- **Task item**:
In the entries below, the word "with" appears on some lines. Copy each of those lines.

[[ Supplied data open ]]

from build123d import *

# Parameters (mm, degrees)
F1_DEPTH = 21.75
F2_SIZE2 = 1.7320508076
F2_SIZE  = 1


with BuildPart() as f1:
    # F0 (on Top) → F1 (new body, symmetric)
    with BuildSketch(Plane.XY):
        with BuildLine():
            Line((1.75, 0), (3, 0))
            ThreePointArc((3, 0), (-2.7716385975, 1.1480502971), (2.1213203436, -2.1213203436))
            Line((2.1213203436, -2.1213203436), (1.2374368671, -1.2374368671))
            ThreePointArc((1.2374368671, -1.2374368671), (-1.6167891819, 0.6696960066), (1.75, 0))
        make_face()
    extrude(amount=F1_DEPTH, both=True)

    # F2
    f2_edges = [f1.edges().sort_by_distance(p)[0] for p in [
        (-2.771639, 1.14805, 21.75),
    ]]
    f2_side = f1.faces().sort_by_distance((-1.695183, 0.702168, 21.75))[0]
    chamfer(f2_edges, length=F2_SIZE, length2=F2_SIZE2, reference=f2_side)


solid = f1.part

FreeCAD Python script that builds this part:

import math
import FreeCAD as App
import Part
import Sketcher

V = App.Vector
Q = App.Units.Quantity


def edges_at(feature, points):
    """Names of the edges that pass closest to the given points."""
    edges = feature.Shape.Edges
    near = lambda p: min(range(len(edges)), key=lambda i: edges[i].distToShape(Part.Vertex(*p))[0])
    return sorted({f"Edge{near(p) + 1}" for p in points})

doc = App.newDocument("Part")
body = doc.addObject("PartDesign::Body", "Body")

# Sketch on XY plane
sketch1 = body.newObject("Sketcher::SketchObject", "Sketch")
sketch1.AttachmentSupport = (doc.getObject("XY_Plane"), [""])
sketch1.MapMode = "FlatFace"
sketch1.addGeometry(Part.LineSegment(V(1.8, 0, 0), V(3, 0, 0)), False)
sketch1.addGeometry(Part.ArcOfCircle(Part.Circle(V(0, 0, 0), V(0, 0, 1), 3), math.radians(0), math.radians(315)), False)
sketch1.addGeometry(Part.LineSegment(V(2.1, -2.1, 0), V(1.2, -1.2, 0)), False)
sketch1.addGeometry(Part.ArcOfCircle(Part.Circle(V(0, 0, 0), V(0, 0, 1), 1.8), math.radians(0), math.radians(315)), False)
sketch1.addConstraint(Sketcher.Constraint("Coincident", 0, 2, 1, 1))
sketch1.addConstraint(Sketcher.Constraint("Coincident", 1, 2, 2, 1))
sketch1.addConstraint(Sketcher.Constraint("Coincident", 2, 2, 3, 2))
sketch1.addConstraint(Sketcher.Constraint("Coincident", 3, 1, 0, 1))
sketch1.addConstraint(Sketcher.Constraint("Horizontal", 0))
sketch1.addConstraint(Sketcher.Constraint("Coincident", 1, 3, -1, 1))
sketch1.addConstraint(Sketcher.Constraint("Coincident", 3, 3, -1, 1))
sketch1.addConstraint(Sketcher.Constraint("PointOnObject", 0, 2, -1))
sketch1.addConstraint(Sketcher.Constraint("Radius", 1, 3.0))
sketch1.addConstraint(Sketcher.Constraint("Angle", 2, Q("135 deg")))
sketch1.addConstraint(Sketcher.Constraint("Radius", 3, 1.75))
sketch1.addConstraint(Sketcher.Constraint("DistanceX", -1, 1, 1, 2, 2.12132))
pad1 = body.newObject("PartDesign::Pad", "Pad")
pad1.Profile = sketch1
pad1.Length = 43.5
pad1.Midplane = True
doc.recompute()

chamfer = body.newObject("PartDesign::Chamfer", "Chamfer")
chamfer.Base = (pad1, edges_at(pad1, [(-2.772, 1.148, 21.75)]))
chamfer.ChamferType = "Two distances"
chamfer.Size = 1
chamfer.Size2 = 1.732051
chamfer.FlipDirection = True

doc.recompute()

[[ Supplied data closed ]]

- **Result of this exercise**:
with BuildPart() as f1:
    with BuildSketch(Plane.XY):
        with BuildLine():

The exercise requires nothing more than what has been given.